Sports parents want voices heard by state board

The state Department of Education is slated to hear discussion this morning on when whether high school fall sports should be moved until later in the school year. Delaware State News file photos

The idea only occurred to Kelly Klerlein Boettcher on Sunday morning.

The mother of a pair of senior high school student-athletes, she didn’t like the fact that they weren’t going to get to play their fall seasons — at least not in the fall.

So she started a Facebook group.

“I was lying in bed and I was thinking, ‘There’s got to be other parents that think like me,’” said Boettcher. “I just put a feeler out and, within 24 hours, I had close to 1,000 people. It’s just been crazy.”

By Thursday afternoon, membership in the ‘Delaware HS Athletes Parent Group’ was up to 2,300 with over 4,300 people having signed a petition with the headline ‘DIAA Let them play this fall.’

That question may finally get fully decided today when the state Board of Education discusses the DIAA’s proposal to delay the fall sports season until late winter in 2021. A link to the virtual meeting, which starts at 8:30 a.m., can be found at https://publicmeetings.delaware.gov.

The ID number for the meeting is 66466.

Last week, the Delaware International Athletic Association voted to play the entire high school schedule for the coming school year in condensed seasons starting in early January due to the impact of the coronavirus pandemic.

The move requires the state Board of Education to make a change in regulation.

The purpose of today’s meeting is for both board discussion and to hear public comment. The board is then slated to take action on the proposal.

State board members can ask questions about the proposed regulations but they cannot change the proposal presented to them.

Parents from Boettcher’s group have signed up to speak at today’s meeting.

A parents’ Facebook group has attracted over 2,300 members this week as they look to get fall sports played later in the fall.

The group’s petition was written by member Lisa Hughes. Among other points, the petition says that:

“The decision to deny our student athletes the ability to compete this fall poses greater risks to them than Covid-19. Our students’ mental health is not being taken into consideration. Depression, anxiety, and suicide have all risen at an alarming rate in teenagers since March. Sports and physical activity serve as natural ways to negate depression and anxiety in our teens. Not allowing our student athletes to compete this fall is only going to increase mental health issues.”

The petition also says it believes that the available science supports the idea that sports can be played safely in Delaware.

After having spring sports canceled, Boettcher said parents are worried that the fall sports season could eventually be canceled, too. She said there are concerns about late-winter weather impacting fall sports.
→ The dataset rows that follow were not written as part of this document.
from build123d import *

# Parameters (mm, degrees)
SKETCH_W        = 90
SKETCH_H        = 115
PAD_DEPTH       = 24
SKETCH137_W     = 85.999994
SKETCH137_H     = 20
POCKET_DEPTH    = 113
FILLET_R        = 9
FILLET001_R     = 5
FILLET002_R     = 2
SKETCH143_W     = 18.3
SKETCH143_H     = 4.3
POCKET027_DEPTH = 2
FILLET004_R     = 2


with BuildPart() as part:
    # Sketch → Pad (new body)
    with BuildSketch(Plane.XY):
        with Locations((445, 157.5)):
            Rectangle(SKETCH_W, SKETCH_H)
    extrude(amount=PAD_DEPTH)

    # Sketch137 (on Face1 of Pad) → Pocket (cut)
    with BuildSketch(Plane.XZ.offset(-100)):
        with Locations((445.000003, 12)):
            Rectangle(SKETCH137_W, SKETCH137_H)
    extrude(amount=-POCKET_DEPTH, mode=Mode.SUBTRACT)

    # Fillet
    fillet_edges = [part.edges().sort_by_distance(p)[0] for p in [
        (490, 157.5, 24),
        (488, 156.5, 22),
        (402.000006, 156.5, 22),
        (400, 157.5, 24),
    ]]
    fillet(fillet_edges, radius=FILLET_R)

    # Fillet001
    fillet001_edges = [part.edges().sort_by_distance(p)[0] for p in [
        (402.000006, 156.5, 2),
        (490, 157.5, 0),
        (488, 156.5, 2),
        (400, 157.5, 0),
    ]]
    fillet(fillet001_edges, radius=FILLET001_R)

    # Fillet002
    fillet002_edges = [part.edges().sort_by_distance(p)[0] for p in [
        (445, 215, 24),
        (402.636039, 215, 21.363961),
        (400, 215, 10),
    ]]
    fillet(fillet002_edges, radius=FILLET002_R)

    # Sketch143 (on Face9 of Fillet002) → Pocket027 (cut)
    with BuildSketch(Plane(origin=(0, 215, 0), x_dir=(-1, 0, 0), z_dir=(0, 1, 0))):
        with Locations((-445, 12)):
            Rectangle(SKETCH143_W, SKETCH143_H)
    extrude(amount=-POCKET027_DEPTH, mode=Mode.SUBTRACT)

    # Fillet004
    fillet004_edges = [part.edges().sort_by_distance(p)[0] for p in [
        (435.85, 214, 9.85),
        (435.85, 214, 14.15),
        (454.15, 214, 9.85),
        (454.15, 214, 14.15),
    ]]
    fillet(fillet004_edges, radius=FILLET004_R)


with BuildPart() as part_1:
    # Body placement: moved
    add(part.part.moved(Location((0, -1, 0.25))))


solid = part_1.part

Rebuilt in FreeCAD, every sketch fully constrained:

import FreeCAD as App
import Part
import Sketcher
from FreeCAD import Vector
Q = App.Units.Quantity


def edges_at(feature, points):
    """Names of the edges that pass closest to the given points."""
    edges = feature.Shape.Edges
    near = lambda p: min(range(len(edges)), key=lambda i: edges[i].distToShape(Part.Vertex(*p))[0])
    return sorted({f"Edge{near(p) + 1}" for p in points})


def add_polygon(sketch, points):
    """Adds a closed chain of lines whose ends are joined by coincident constraints."""
    first, n = sketch.GeometryCount, len(points)
    for a, b in zip(points, points[1:] + points[:1]):
        sketch.addGeometry(Part.LineSegment(App.Vector(*a, 0), App.Vector(*b, 0)), False)
    for i in range(n):
        sketch.addConstraint(Sketcher.Constraint("Coincident", first + i, 2, first + (i + 1) % n, 1))

doc = App.newDocument("Part")
params = doc.addObject("Spreadsheet::Sheet", "Params")
for row, (alias, value) in enumerate([
    ("sketch1_width", "90 mm"),
    ("sketch1_height", "115 mm"),
    ("pad1_length", "24 mm"),
    ("sketch2_height", "20 mm"),
    ("pocket1_length", "113 mm"),
    ("fillet_radius", "9 mm"),
    ("fillet2_radius", "5 mm"),
    ("fillet3_radius", "2 mm"),
    ("sketch3_width", "18.3 mm"),
    ("sketch3_height", "4.3 mm"),
    ("pocket2_length", "2 mm"),
    ("fillet4_radius", "2 mm"),
], start=1):
    params.set(f"A{row}", alias)
    params.set(f"B{row}", "=" + value)
    params.setAlias(f"B{row}", alias)

body = doc.addObject("PartDesign::Body", "Body")

# Sketch on XY plane
sketch1 = doc.addObject("Sketcher::SketchObject", "Sketch")
body.addObject(sketch1)
sketch1.AttachmentSupport = (doc.XY_Plane, [""])
sketch1.MapMode = "FlatFace"
add_polygon(sketch1, [(400, 215), (400, 100), (490, 100), (490, 215)])  # lines 0-3
sketch1.addConstraint([
    Sketcher.Constraint("Vertical", 0),
    Sketcher.Constraint("Horizontal", 1),
    Sketcher.Constraint("Vertical", 2),
    Sketcher.Constraint("Horizontal", 3),
    Sketcher.Constraint("DistanceX", 1, 1, 1, 2, Q("90 mm")),
    Sketcher.Constraint("DistanceY", 0, 2, 0, 1, Q("115 mm")),
    Sketcher.Constraint("DistanceX", -1, 1, 0, 2, Q("400 mm")),
    Sketcher.Constraint("DistanceY", -1, 1, 0, 2, Q("100 mm")),
])
sketch1.setExpression("Constraints[8]", "Params.sketch1_width")
sketch1.setExpression("Constraints[9]", "Params.sketch1_height")
pad1 = doc.addObject("PartDesign::Pad", "Pad")
body.addObject(pad1)
pad1.Profile = sketch1
pad1.setExpression("Length", "Params.pad1_length")

# Sketch on XZ plane
sketch2 = doc.addObject("Sketcher::SketchObject", "Sketch001")
body.addObject(sketch2)
sketch2.AttachmentSupport = (doc.XZ_Plane, [""])
sketch2.MapMode = "FlatFace"
sketch2.AttachmentOffset = App.Placement(Vector(0, 0, -100), App.Rotation())
add_polygon(sketch2, [(402.000006, 22), (402.000006, 2), (488, 2), (488, 22)])  # lines 0-3
sketch2.addConstraint([
    Sketcher.Constraint("Vertical", 0),
    Sketcher.Constraint("Horizontal", 1),
    Sketcher.Constraint("Vertical", 2),
    Sketcher.Constraint("Horizontal", 3),
    Sketcher.Constraint("DistanceY", 0, 2, 0, 1, Q("20 mm")),
    Sketcher.Constraint("DistanceY", -1, 1, 0, 2, Q("2 mm")),
    Sketcher.Constraint("DistanceX", -1, 1, 1, 2, Q("488 mm")),
    Sketcher.Constraint("DistanceX", 1, 1, 1, 2, Q("85.999994 mm")),
])
sketch2.setExpression("Constraints[8]", "Params.sketch2_height")
pocket1 = doc.addObject("PartDesign::Pocket", "Pocket")
body.addObject(pocket1)
pocket1.Profile = sketch2
pocket1.setExpression("Length", "Params.pocket1_length")
doc.recompute()

fillet = doc.addObject("PartDesign::Fillet", "Fillet")
body.addObject(fillet)
fillet.Base = (pocket1, edges_at(pocket1, [
    (490, 157.5, 24),
    (488, 156.5, 22),
    (402, 156.5, 22),
    (400, 157.5, 24),
]))
fillet.setExpression("Radius", "Params.fillet_radius")
doc.recompute()

fillet2 = doc.addObject("PartDesign::Fillet", "Fillet001")
body.addObject(fillet2)
fillet2.Base = (fillet, edges_at(fillet, [
    (402, 156.5, 2),
    (490, 157.5, 0),
    (488, 156.5, 2),
    (400, 157.5, 0),
]))
fillet2.setExpression("Radius", "Params.fillet2_radius")
doc.recompute()

fillet3 = doc.addObject("PartDesign::Fillet", "Fillet002")
body.addObject(fillet3)
fillet3.Base = (fillet2, edges_at(fillet2, [(445, 215, 24), (402.636, 215, 21.364), (400, 215, 10)]))
fillet3.setExpression("Radius", "Params.fillet3_radius")

# Sketch on XZ plane
sketch3 = doc.addObject("Sketcher::SketchObject", "Sketch002")
body.addObject(sketch3)
sketch3.AttachmentSupport = (doc.XZ_Plane, [""])
sketch3.MapMode = "FlatFace"
sketch3.AttachmentOffset = App.Placement(Vector(0, 0, -215), App.Rotation())
add_polygon(sketch3, [(454.15, 14.15), (454.15, 9.85), (435.85, 9.85), (435.85, 14.15)])  # lines 0-3
sketch3.addConstraint([
    Sketcher.Constraint("Vertical", 0),
    Sketcher.Constraint("Horizontal", 1),
    Sketcher.Constraint("Vertical", 2),
    Sketcher.Constraint("Horizontal", 3),
    Sketcher.Constraint("DistanceX", 1, 2, 1, 1, Q("18.3 mm")),
    Sketcher.Constraint("DistanceY", 0, 2, 0, 1, Q("4.3 mm")),
    Sketcher.Constraint("DistanceX", -1, 1, 0, 2, Q("454.15 mm")),
    Sketcher.Constraint("DistanceY", -1, 1, 0, 2, Q("9.85 mm")),
])
sketch3.setExpression("Constraints[8]", "Params.sketch3_width")
sketch3.setExpression("Constraints[9]", "Params.sketch3_height")
pocket2 = doc.addObject("PartDesign::Pocket", "Pocket001")
body.addObject(pocket2)
pocket2.Profile = sketch3
pocket2.setExpression("Length", "Params.pocket2_length")
pocket2.Reversed = True
doc.recompute()

fillet4 = doc.addObject("PartDesign::Fillet", "Fillet003")
body.addObject(fillet4)
fillet4.Base = (pocket2, edges_at(pocket2, [
    (435.85, 214, 9.85),
    (435.85, 214, 14.15),
    (454.15, 214, 9.85),
    (454.15, 214, 14.15),
]))
fillet4.setExpression("Radius", "Params.fillet4_radius")
body2 = doc.addObject("PartDesign::Body", "Body001")
doc.recompute()

body.Placement = App.Placement(Vector(0, -1, 0.25), App.Rotation(Vector(0, 0, 1), 0))
boolean = doc.addObject("PartDesign::Boolean", "Boolean")
body2.addObject(boolean)
boolean.Type = "Fuse"
boolean.addObjects([body])

doc.recompute()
“I think it would be safer to do it now (in October and November) than it would be waiting for February and March,” said Boettcher. “A lot parents’ fear I hear is that they’re going to take it completely away like they did with spring sports.”
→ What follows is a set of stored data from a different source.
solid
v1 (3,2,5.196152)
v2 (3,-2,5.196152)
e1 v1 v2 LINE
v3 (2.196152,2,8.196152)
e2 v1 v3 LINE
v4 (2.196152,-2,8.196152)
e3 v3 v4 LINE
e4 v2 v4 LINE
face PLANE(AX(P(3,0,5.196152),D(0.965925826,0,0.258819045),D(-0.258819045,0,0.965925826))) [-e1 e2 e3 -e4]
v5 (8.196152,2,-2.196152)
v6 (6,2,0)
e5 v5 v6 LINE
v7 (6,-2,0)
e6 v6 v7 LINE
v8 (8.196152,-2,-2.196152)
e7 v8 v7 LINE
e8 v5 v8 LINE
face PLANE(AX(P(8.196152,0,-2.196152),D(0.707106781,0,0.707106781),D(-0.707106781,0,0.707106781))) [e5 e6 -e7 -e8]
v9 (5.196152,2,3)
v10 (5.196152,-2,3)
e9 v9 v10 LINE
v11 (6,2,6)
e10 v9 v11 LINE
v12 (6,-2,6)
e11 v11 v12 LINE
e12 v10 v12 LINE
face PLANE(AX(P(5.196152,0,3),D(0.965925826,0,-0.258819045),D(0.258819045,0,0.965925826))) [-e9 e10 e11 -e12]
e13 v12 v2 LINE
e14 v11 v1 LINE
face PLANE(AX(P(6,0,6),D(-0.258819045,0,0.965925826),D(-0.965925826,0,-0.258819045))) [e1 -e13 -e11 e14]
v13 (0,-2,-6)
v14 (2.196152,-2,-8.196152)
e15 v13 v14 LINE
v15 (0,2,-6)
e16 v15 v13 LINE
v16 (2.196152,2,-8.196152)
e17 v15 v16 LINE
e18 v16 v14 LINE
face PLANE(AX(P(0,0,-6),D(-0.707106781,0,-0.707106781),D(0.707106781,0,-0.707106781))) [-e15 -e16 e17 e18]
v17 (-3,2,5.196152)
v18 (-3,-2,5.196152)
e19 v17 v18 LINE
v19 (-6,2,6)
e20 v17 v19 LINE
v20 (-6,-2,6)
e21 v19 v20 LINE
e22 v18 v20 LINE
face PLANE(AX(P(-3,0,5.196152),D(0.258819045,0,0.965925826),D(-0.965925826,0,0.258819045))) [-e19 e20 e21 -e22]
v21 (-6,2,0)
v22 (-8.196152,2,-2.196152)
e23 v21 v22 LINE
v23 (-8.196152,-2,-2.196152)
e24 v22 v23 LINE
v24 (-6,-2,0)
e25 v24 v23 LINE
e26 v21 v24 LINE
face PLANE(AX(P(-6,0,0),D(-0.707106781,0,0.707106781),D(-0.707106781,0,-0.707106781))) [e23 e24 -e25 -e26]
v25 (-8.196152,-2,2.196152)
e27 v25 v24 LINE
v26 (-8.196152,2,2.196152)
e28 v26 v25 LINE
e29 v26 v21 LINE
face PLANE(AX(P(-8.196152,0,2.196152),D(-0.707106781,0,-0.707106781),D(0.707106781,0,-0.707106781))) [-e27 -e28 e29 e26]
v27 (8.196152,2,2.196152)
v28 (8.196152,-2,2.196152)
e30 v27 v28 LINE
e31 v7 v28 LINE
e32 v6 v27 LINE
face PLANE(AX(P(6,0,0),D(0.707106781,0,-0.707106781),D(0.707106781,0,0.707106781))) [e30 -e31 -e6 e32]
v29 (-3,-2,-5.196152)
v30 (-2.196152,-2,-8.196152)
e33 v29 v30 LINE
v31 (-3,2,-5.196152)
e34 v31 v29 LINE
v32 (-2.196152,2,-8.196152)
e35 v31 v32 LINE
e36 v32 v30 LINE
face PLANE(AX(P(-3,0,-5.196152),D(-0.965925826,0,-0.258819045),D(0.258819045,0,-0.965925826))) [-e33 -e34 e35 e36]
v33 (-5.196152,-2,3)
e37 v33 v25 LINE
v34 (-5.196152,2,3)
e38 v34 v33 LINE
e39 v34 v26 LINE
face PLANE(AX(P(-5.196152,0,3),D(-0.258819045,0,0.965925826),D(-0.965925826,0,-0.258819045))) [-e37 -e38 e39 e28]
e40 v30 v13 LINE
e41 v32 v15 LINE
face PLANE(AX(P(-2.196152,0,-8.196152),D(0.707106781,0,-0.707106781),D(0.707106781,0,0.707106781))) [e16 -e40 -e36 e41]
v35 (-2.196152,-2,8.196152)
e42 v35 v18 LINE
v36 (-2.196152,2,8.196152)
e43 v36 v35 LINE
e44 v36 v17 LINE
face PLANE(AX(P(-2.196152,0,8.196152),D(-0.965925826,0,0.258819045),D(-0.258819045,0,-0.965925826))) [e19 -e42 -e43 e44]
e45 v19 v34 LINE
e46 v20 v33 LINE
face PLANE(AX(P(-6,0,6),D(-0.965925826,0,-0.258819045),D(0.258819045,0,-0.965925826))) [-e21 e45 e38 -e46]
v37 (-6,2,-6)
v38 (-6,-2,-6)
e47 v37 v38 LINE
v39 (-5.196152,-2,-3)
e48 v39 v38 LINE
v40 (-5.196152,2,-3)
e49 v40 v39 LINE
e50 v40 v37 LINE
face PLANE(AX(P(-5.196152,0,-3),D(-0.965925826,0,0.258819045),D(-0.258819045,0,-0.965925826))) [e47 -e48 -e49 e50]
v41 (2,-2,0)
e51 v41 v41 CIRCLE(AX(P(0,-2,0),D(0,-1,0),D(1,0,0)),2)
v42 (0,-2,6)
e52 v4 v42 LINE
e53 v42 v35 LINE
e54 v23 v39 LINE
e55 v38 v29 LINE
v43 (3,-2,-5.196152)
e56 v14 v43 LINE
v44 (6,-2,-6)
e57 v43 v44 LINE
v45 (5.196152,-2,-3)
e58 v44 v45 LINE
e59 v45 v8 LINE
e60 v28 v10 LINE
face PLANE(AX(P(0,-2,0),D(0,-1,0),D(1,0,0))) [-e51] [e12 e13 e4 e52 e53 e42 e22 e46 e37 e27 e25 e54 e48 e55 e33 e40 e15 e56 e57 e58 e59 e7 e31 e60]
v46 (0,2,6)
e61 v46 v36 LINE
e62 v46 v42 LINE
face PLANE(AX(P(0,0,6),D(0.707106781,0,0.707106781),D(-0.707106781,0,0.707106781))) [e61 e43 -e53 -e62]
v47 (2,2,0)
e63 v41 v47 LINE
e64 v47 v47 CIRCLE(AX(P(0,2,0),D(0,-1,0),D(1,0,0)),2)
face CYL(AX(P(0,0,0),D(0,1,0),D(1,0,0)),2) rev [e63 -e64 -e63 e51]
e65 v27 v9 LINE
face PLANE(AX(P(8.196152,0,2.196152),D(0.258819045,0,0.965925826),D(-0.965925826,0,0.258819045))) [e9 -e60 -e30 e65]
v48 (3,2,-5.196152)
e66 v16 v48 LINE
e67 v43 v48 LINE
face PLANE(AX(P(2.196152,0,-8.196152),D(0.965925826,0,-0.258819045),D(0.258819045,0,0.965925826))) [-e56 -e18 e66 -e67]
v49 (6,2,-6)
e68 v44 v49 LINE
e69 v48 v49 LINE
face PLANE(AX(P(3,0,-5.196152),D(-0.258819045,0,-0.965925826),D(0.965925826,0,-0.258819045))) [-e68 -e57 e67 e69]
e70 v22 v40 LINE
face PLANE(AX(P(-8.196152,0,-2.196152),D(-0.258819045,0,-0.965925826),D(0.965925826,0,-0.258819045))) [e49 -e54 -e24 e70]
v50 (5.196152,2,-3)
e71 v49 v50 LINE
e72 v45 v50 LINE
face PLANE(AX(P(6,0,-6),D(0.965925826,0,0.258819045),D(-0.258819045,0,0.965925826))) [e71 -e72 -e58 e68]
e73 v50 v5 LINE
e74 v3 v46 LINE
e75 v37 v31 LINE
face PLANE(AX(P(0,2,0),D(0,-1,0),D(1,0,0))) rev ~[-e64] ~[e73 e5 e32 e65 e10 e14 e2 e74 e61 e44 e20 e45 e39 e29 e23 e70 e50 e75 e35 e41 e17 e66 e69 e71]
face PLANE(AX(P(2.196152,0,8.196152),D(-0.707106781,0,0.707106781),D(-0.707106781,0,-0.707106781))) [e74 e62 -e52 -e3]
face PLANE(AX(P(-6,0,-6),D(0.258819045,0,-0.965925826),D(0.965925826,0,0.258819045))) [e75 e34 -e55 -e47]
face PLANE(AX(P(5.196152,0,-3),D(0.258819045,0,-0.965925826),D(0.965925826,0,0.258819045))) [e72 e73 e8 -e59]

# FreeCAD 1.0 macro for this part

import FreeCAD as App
import Part
import Sketcher
Q = App.Units.Quantity


def add_polygon(sketch, points):
    """Adds a closed chain of lines whose ends are joined by coincident constraints."""
    first, n = sketch.GeometryCount, len(points)
    for a, b in zip(points, points[1:] + points[:1]):
        sketch.addGeometry(Part.LineSegment(App.Vector(*a, 0), App.Vector(*b, 0)), False)
    for i in range(n):
        sketch.addConstraint(Sketcher.Constraint("Coincident", first + i, 2, first + (i + 1) % n, 1))

doc = App.newDocument("Part")
params = doc.addObject("Spreadsheet::Sheet", "Params")
for row, (alias, value) in enumerate([
    ("sketch1_diameter", "4 mm"),
    ("pad1_length", "4 mm"),
], start=1):
    params.set(f"A{row}", alias)
    params.set(f"B{row}", "=" + value)
    params.setAlias(f"B{row}", alias)

body = doc.addObject("PartDesign::Body", "Body")

# Sketch on XZ plane
sketch1 = body.newObject("Sketcher::SketchObject", "Sketch")
sketch1.AttachmentSupport = (doc.getObject("XZ_Plane"), [""])
sketch1.MapMode = "FlatFace"
add_polygon(sketch1, [(5.2, -3), (8.2, -2.2), (6, 0), (8.2, 2.2), (5.2, 3), (6, 6), (3, 5.2), (2.2, 8.2), (0, 6), (-2.2, 8.2), (-3, 5.2), (-6, 6), (-5.2, 3), (-8.2, 2.2), (-6, 0), (-8.2, -2.2), (-5.2, -3), (-6, -6), (-3, -5.2), (-2.2, -8.2), (0, -6), (2.2, -8.2), (3, -5.2), (6, -6)])  # lines 0-23
sketch1.addGeometry(Part.Circle(App.Vector(0, 0, 0), App.Vector(0, 0, 1), 2), False)  # 24
sketch1.addConstraint([
    Sketcher.Constraint("Coincident", 24, 3, -1, 1),
    Sketcher.Constraint("Symmetric", 0, 2, 12, 2, -1, 1),
    Sketcher.Constraint("Symmetric", 1, 2, 13, 2, -1, 1),
    Sketcher.Constraint("Symmetric", 2, 2, 14, 2, -1, 1),
    Sketcher.Constraint("Symmetric", 3, 2, 15, 2, -1, 1),
    Sketcher.Constraint("Symmetric", 4, 2, 16, 2, -1, 1),
    Sketcher.Constraint("Symmetric", 5, 2, 17, 2, -1, 1),
    Sketcher.Constraint("Symmetric", 6, 2, 18, 2, -1, 1),
    Sketcher.Constraint("Symmetric", 7, 2, 19, 2, -1, 1),
    Sketcher.Constraint("Symmetric", 8, 2, 20, 2, -1, 1),
    Sketcher.Constraint("Symmetric", 9, 2, 21, 2, -1, 1),
    Sketcher.Constraint("Symmetric", 10, 2, 22, 2, -1, 1),
    Sketcher.Constraint("Symmetric", 11, 2, 23, 2, -1, 1),
    Sketcher.Constraint("Symmetric", 6, 2, 8, 2, -2),
    Sketcher.Constraint("Symmetric", 5, 2, 9, 2, -2),
    Sketcher.Constraint("Symmetric", 4, 2, 10, 2, -2),
    Sketcher.Constraint("Symmetric", 3, 2, 11, 2, -2),
    Sketcher.Constraint("Symmetric", 2, 2, 12, 2, -2),
    Sketcher.Constraint("PointOnObject", 1, 2, -1),
    Sketcher.Constraint("PointOnObject", 7, 2, -2),
    Sketcher.Constraint("Perpendicular", 1, 2),
    Sketcher.Constraint("Perpendicular", 3, 4),
    Sketcher.Constraint("Parallel", 0, 5),
    Sketcher.Constraint("Perpendicular", 5, 6),
    Sketcher.Constraint("Parallel", 2, 7),
    Sketcher.Constraint("Horizontal", 4, 2, 7, 2),
    Sketcher.Constraint("Vertical", 1, 2, 4, 2),
    Sketcher.Constraint("Equal", 0, 1),
    Sketcher.Constraint("Equal", 3, 4),
    Sketcher.Constraint("Equal", 4, 5),
    Sketcher.Constraint("Equal", 5, 6),
    Sketcher.Constraint("Diameter", 24, Q("4 mm")),
    Sketcher.Constraint("DistanceX", -1, 1, 1, 2, Q("6 mm")),
])
sketch1.setExpression("Constraints[55]", "Params.sketch1_diameter")
pad1 = body.newObject("PartDesign::Pad", "Pad")
pad1.Profile = sketch1
pad1.setExpression("Length", "Params.pad1_length")
pad1.Midplane = True

doc.recompute()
Boettcher, who lives just over the state line near Elkton, Md., said the Facebook group seems to have attracted parents from around the state. She’s been posting photos of student-athletes that parents have sent in.

“We have people from all over the place,” said Boettcher. “I don’t think it’s just New Castle County or it’s not just private schools.

“We’re not in this for ourselves, we’re in this for our kids,” she added. “I am just trying to support my kids in what they want to do — which is play. … We want them to play. We want to see our happy, healthy kids on the field, doing what they love.”

Among the officials expected to take part in today’s virtual meeting are DIAA executive director Donna Polk and Sussex Central principal Bradley Layfield, the DIAA board chairperson. Also slated to be on hand are Laura Makransky, the Deputy Attorney General, and Michael Rodriguez, Associate Secretary, Student Support, for DDOE.

Veteran DIAA board member Kevin Fitzgerald, the Caesar Rodney superintendent, said he and other board members have received emails from concerned parents.

“We hear them,” he said. “We certainly understand what they’re saying and appreciate it. I don’t think they’re going to find better cheerleaders for student and school-based athletics than anyone on the DIAA board. I think everybody agrees that school-based athletics are an important part of providing for the whole child.”

“It wasn’t that we didn’t feel that sports couldn’t be played at this point,” said DIAA board member Dr. Bradley Bley. “It was more of a logistical reason. The superintendents and principals didn’t feel that they had the resources to handle all the changes that are coming into place right now.”

Bley added that it would be difficult to “allow sports when a lot of schools are going to be going six weeks without classes anyway.”